To crawl remote Web content via a local agent, the code is as follows:
array( 'proxy'=>'tcp://192.168.1.108:8087', 'request_fulluri '=>true, "method" => "GET", "timeout" => 2, ),);$context = stream_context_create($options);$fp = stream_socket_client("tcp://www.bigxu.com:80", $errno, $errstr, 30,STREAM_CLIENT_CONNECT,$context);// print_r(stream_context_get_options($fp)); exit;if (!$fp) { echo "$errstr ($errno)
\n";} else { fwrite($fp, "GET / HTTP/1.0\r\nHost: www.bigxu.com\r\nAccept: */*\r\n\r\n"); while (!feof($fp)) { echo fgets($fp, 1024); } fclose($fp);}?>
PHP file.php
The Nginx access log is:
15.196.206.102 [26/apr/2014:12:04:45 +0800] http://www.bigxu.com/200 20630 0.241 "-" "-"

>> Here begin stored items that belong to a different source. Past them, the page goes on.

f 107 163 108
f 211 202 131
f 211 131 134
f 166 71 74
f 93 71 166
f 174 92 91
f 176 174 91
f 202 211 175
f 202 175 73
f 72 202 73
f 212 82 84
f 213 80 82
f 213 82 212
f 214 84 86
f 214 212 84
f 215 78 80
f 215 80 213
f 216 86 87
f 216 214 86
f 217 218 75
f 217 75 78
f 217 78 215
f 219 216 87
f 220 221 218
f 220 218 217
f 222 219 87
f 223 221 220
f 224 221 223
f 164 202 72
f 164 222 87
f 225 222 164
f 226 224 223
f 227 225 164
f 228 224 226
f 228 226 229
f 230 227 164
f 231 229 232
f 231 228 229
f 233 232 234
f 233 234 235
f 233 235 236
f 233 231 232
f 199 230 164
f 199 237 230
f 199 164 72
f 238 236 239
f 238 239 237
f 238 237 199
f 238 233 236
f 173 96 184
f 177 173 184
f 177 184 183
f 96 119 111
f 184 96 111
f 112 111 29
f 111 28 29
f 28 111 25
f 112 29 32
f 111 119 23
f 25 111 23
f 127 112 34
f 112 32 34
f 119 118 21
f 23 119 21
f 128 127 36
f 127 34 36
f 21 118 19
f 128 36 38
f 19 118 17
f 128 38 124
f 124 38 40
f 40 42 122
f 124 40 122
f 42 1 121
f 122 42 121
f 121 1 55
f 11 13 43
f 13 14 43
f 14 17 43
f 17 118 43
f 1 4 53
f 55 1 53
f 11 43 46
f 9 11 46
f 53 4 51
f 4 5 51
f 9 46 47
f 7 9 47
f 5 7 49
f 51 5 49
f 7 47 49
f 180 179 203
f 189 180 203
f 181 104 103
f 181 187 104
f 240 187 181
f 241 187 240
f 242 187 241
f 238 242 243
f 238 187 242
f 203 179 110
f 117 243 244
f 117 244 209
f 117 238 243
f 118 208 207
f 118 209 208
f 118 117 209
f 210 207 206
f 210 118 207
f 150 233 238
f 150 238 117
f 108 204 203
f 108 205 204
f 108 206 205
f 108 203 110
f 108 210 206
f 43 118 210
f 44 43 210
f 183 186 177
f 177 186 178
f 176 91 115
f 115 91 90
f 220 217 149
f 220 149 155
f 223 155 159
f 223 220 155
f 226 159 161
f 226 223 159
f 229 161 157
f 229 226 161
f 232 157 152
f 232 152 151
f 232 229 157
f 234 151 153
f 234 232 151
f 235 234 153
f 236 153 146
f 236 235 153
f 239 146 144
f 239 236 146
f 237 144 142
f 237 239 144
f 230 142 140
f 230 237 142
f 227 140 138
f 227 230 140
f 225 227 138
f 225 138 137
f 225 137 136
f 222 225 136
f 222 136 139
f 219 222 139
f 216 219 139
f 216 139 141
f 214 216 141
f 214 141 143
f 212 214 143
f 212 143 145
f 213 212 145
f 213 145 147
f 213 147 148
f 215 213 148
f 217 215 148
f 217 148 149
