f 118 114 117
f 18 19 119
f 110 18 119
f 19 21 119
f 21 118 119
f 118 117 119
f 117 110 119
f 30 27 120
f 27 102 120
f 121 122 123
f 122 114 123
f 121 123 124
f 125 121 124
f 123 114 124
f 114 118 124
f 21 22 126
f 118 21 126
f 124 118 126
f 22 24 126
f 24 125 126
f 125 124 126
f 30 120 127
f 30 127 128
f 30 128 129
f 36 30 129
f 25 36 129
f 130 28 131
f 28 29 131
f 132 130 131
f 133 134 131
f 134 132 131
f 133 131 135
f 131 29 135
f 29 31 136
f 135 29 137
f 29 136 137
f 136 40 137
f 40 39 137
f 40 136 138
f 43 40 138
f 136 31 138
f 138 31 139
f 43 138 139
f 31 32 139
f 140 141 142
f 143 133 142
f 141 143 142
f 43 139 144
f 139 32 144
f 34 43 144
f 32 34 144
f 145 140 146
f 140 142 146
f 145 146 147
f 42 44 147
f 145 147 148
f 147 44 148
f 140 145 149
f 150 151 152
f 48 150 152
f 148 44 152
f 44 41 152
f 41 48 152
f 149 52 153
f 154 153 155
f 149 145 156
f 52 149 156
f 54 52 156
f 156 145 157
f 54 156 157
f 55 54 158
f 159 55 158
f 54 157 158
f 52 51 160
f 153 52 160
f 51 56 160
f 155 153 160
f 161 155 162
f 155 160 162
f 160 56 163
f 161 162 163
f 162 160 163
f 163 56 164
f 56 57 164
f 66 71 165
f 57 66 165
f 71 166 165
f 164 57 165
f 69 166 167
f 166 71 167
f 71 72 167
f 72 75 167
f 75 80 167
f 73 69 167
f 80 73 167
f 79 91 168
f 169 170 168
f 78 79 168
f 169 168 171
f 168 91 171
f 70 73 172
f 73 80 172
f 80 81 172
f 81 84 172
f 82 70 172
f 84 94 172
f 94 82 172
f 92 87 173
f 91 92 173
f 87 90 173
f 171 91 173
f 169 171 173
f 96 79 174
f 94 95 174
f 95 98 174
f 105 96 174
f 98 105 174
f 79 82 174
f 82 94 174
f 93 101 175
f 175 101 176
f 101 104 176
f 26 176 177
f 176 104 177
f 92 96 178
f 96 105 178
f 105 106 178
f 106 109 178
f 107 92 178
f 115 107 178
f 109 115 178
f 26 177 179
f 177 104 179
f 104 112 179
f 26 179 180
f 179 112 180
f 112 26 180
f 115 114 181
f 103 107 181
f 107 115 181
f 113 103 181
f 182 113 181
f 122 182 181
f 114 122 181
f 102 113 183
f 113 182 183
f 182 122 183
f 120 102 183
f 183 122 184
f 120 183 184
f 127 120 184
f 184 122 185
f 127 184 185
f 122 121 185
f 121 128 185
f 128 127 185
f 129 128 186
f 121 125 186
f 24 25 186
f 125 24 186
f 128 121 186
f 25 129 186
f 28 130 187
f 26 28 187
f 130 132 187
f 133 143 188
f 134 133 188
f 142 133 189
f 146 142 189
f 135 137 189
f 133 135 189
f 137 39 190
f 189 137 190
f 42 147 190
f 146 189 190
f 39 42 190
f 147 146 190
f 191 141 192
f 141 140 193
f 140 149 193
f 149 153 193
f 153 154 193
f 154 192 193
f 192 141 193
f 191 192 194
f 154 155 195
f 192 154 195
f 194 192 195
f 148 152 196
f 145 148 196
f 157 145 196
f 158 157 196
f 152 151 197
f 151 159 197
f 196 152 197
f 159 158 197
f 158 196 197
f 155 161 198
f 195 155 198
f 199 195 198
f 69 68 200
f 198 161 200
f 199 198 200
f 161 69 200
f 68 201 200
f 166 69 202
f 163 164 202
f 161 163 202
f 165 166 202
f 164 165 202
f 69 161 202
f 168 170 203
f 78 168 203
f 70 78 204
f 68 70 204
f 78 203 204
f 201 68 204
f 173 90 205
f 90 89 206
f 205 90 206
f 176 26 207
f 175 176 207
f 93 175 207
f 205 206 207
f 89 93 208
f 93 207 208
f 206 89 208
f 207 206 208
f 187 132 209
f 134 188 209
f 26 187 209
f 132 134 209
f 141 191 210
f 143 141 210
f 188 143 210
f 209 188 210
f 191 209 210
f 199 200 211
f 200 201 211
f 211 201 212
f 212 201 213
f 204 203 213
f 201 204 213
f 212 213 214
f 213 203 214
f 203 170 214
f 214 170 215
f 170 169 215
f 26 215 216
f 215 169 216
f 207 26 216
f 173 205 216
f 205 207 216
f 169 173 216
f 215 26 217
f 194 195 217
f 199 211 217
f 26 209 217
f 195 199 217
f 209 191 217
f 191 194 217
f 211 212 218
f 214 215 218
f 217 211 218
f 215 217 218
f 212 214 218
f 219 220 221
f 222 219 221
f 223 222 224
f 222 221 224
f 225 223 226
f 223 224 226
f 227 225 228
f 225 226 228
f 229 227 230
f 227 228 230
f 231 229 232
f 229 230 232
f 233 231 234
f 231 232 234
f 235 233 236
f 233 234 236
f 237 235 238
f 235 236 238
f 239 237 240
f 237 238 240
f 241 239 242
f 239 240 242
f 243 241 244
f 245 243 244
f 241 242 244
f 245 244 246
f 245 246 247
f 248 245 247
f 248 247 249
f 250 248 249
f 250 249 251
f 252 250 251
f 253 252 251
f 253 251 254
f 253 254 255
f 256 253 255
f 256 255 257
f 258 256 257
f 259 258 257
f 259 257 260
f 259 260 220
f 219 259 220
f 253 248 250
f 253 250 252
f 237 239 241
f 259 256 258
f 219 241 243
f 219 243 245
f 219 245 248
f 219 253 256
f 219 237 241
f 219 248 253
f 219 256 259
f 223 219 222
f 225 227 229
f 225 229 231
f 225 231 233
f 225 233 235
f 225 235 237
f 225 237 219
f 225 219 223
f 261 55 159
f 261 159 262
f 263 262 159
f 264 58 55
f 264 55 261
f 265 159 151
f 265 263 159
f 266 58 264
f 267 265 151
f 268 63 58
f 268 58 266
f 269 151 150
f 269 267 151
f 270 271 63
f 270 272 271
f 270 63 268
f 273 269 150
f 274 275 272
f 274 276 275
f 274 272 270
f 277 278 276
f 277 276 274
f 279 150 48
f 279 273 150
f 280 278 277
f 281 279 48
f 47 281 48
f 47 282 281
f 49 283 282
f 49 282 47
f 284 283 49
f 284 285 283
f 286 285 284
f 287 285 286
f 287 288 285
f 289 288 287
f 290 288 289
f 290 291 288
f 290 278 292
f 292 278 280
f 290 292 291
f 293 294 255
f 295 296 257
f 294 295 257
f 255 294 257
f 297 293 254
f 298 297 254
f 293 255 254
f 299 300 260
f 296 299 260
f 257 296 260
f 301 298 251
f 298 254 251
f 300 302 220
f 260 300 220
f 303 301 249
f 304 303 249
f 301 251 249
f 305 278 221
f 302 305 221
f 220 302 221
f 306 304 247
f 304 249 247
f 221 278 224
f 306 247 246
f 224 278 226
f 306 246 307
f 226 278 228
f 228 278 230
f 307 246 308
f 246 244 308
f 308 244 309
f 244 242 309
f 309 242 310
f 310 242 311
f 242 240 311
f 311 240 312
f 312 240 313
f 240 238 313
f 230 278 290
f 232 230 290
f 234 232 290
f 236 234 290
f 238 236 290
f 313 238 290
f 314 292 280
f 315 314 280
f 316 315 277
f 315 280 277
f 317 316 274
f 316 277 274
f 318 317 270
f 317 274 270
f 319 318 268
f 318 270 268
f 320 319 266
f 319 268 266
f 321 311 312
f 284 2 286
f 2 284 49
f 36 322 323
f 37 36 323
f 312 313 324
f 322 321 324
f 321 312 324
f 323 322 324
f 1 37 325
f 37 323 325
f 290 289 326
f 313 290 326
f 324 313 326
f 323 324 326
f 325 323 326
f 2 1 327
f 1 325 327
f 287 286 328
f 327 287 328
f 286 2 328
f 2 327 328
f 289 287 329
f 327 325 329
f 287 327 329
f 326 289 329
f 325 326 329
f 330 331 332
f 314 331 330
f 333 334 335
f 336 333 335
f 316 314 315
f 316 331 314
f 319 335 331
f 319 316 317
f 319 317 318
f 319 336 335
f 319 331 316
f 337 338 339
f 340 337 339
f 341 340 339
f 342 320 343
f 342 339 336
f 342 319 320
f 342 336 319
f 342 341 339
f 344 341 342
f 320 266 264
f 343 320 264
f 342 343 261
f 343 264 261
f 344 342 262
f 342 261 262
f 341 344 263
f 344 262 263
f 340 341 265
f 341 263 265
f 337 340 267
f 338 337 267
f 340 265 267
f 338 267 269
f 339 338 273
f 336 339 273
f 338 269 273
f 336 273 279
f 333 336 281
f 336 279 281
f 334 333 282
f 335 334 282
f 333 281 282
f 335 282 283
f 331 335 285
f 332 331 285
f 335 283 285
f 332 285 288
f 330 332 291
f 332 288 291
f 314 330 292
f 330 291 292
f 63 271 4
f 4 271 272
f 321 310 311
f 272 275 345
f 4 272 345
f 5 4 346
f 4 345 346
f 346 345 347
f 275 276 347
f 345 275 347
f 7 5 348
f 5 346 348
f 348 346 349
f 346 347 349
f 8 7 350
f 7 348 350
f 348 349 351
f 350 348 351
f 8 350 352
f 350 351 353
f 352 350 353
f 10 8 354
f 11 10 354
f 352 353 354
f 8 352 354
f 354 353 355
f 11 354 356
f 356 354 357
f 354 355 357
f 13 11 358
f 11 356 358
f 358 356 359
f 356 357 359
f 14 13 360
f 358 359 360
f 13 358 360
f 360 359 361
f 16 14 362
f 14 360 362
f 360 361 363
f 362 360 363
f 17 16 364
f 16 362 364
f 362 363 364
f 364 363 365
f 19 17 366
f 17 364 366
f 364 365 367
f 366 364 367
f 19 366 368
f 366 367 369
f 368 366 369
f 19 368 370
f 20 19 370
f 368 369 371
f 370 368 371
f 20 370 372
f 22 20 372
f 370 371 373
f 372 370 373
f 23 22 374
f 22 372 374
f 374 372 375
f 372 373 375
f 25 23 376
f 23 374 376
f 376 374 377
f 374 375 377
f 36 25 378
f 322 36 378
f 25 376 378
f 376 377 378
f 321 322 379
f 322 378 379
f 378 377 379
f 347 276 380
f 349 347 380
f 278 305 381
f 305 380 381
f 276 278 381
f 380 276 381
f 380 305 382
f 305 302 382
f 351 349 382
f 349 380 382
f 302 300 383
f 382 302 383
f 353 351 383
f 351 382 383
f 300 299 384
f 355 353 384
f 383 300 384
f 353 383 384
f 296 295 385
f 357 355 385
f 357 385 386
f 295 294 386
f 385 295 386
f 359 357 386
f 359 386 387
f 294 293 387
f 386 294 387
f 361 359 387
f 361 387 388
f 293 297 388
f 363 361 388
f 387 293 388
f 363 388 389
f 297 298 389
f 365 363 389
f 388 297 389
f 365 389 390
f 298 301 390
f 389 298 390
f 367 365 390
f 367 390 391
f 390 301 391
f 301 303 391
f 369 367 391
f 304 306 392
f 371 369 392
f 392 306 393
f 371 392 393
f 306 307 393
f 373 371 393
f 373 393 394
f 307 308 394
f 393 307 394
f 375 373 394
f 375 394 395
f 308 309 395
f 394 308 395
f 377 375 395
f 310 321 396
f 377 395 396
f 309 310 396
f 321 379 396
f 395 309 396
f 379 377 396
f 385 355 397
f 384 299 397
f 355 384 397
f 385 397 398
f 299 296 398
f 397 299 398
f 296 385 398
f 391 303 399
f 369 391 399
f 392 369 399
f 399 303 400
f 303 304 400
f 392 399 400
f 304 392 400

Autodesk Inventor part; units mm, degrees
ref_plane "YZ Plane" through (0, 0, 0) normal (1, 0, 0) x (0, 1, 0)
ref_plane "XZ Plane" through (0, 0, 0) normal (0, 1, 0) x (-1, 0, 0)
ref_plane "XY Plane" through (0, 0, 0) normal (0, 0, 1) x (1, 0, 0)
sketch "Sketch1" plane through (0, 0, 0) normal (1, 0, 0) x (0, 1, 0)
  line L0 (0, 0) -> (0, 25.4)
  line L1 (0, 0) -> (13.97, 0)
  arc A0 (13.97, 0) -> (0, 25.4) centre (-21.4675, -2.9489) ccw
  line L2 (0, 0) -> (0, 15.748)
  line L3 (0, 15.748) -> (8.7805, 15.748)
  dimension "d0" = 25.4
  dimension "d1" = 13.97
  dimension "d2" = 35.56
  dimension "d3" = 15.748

15.196.206.102 is my native IP.
$context did not play a role.
Proxies are absolutely available.
Because with the code below, $context will work
$options = array( 'http'=>array( 'proxy'=>'tcp://192.168.1.108:8087', 'request_fulluri '=>true, "method" => "GET", "timeout" => 2, ), ); $context = stream_context_create($options); if ( $fp = fopen("http://www.bigxu.com", 'r', false, $context) ) { print "well done"; while (!feof($fp)) { echo fgets($fp, 1024); } }
PHP file.php
bigxu.com nginx access logs are:
8.35.201.32 [26/apr/2014:12:03:03 +0800] http://www.bigxu.com/200 7070 0.122 "-" "Appengine-google; (+http://code.google.com/appengine; appid:s~goagent0527) "

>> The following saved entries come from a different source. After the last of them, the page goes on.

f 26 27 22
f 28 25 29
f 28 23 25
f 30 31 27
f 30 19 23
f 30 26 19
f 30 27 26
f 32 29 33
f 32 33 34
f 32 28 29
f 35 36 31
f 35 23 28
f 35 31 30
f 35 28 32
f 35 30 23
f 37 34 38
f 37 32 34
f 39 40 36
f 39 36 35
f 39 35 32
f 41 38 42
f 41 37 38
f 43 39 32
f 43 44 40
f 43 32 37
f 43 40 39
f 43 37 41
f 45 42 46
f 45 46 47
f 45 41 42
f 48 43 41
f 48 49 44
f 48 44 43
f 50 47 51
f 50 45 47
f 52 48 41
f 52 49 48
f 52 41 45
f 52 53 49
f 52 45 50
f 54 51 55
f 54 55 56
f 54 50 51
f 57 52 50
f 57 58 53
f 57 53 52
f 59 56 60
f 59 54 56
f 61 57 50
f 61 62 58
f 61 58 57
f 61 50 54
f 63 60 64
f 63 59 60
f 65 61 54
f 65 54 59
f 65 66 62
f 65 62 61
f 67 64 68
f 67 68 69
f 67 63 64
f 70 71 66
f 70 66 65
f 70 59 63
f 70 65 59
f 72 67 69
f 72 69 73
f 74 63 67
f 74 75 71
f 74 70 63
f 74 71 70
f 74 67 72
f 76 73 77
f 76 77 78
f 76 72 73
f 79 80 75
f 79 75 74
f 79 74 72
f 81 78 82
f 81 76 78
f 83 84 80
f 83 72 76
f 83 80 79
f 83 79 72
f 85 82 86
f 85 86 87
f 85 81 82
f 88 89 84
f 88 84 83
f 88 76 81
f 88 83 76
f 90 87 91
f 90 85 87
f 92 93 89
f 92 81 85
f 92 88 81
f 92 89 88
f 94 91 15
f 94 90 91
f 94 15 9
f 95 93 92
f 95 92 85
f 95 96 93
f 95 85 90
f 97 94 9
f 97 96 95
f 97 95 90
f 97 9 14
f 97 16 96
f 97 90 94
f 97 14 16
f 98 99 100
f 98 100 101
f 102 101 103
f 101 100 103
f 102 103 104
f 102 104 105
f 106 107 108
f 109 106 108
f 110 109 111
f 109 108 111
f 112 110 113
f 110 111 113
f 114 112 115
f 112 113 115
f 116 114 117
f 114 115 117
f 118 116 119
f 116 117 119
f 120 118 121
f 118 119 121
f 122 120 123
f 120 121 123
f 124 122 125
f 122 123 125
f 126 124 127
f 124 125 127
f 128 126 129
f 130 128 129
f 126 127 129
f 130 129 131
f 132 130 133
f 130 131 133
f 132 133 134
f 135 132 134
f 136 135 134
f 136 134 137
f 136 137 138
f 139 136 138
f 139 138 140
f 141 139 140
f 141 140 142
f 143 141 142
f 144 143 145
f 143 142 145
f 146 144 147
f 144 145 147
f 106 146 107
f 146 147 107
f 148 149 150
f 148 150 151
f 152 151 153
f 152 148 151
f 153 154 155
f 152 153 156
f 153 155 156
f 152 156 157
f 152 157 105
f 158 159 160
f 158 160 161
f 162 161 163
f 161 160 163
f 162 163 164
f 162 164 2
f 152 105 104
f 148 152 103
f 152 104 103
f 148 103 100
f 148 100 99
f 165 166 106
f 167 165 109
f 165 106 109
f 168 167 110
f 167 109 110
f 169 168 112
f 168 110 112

8.35.201.32 is my proxy IP.
Comparison of large-scale crawler projects, I will definitely use stream_socket_client to connect, you help me to see, this function, how do I use the wrong?
Reply content:
To crawl remote Web content via a local agent, the code is as follows:
array( 'proxy'=>'tcp://192.168.1.108:8087', 'request_fulluri '=>true, "method" => "GET", "timeout" => 2, ),);$context = stream_context_create($options);$fp = stream_socket_client("tcp://www.bigxu.com:80", $errno, $errstr, 30,STREAM_CLIENT_CONNECT,$context);// print_r(stream_context_get_options($fp)); exit;if (!$fp) { echo "$errstr ($errno)

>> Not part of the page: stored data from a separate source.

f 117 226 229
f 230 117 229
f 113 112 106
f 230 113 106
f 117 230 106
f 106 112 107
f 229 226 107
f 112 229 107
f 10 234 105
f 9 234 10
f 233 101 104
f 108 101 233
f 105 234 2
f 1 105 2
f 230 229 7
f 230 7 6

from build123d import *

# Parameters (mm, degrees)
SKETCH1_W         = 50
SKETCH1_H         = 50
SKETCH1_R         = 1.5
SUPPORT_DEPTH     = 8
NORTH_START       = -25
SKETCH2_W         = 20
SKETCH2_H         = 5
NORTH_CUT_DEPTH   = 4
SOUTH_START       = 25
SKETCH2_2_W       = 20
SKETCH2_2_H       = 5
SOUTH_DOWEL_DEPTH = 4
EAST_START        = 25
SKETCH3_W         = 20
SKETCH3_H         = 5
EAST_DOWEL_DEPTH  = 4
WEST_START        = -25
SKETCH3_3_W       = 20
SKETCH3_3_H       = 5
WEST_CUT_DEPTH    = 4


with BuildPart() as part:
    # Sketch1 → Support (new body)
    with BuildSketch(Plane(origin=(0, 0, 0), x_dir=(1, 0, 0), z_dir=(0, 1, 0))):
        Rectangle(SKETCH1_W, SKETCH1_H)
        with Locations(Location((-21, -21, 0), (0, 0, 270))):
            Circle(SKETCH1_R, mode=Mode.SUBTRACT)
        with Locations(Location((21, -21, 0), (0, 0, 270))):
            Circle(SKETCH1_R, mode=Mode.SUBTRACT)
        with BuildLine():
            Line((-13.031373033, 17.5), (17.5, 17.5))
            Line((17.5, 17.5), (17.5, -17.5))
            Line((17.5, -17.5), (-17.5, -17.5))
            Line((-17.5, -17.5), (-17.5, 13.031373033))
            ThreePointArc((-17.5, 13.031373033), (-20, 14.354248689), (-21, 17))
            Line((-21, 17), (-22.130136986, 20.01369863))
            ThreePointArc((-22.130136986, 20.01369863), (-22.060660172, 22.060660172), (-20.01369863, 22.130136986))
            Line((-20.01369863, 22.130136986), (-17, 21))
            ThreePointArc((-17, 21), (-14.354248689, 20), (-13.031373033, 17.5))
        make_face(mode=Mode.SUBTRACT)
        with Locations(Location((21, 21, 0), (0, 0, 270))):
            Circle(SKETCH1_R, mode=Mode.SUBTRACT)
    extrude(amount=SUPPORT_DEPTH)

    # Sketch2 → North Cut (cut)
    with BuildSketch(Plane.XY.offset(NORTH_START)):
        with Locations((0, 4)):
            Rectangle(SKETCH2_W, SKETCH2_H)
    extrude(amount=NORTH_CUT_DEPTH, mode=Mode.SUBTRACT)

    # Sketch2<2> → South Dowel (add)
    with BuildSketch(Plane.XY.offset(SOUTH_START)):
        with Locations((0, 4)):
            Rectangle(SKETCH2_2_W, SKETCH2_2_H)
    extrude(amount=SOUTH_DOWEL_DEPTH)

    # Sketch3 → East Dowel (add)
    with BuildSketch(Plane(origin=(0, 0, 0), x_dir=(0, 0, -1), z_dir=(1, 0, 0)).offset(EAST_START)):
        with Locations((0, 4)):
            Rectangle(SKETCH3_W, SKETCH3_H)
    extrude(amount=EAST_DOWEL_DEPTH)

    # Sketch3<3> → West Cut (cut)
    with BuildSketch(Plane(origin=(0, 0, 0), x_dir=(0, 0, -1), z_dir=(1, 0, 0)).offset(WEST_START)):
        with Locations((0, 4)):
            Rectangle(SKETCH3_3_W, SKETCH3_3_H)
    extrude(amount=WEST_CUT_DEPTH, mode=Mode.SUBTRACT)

\n";} else { fwrite($fp, "GET / HTTP/1.0\r\nHost: www.bigxu.com\r\nAccept: */*\r\n\r\n"); while (!feof($fp)) { echo fgets($fp, 1024); } fclose($fp);}?>
PHP file.php
The Nginx access log is:
15.196.206.102 [26/apr/2014:12:04:45 +0800] http://www.bigxu.com/200 20630 0.241 "-" "-"
15.196.206.102 is my native IP.
$context did not play a role.
Proxies are absolutely available.
Because with the code below, $context will work
$options = array( 'http'=>array( 'proxy'=>'tcp://192.168.1.108:8087', 'request_fulluri '=>true, "method" => "GET", "timeout" => 2, ), ); $context = stream_context_create($options); if ( $fp = fopen("http://www.bigxu.com", 'r', false, $context) ) { print "well done"; while (!feof($fp)) { echo fgets($fp, 1024); } }
PHP file.php
bigxu.com nginx access logs are:
8.35.201.32 [26/apr/2014:12:03:03 +0800] http://www.bigxu.com/200 7070 0.122 "-" "Appengine-google; (+http://code.google.com/appengine; appid:s~goagent0527) "
8.35.201.32 is my proxy IP.
Comparison of large-scale crawler projects, I will definitely use stream_socket_client to connect, you help me to see, this function, how do I use the wrong?
Solved, it is difficult to imagine that I actually found the answer in a Japanese website, so don't feel free to boycott Japanese knowledge, haha! After testing completely can be achieved, you see:
Original address: http://pe5974.sakura.ne.jp/contents/proxy-https.php
When it comes to collecting, the first thing you should think of is PHP's curl function
The best way to do this is to simulate crawlers (e.g., Baidu spider crawler or Google spider crawler), also support proxy configuration
Through the crawler to simulate the browser's head request, there is nothing to catch (theoretically as long as the browser can be requested to the data, whether it is to log in or do not log in can be captured to the content)
Not sure if this agent has a problem, configure their own agent to look at?
or follow up? Stream_socket_client, go ahead and get it.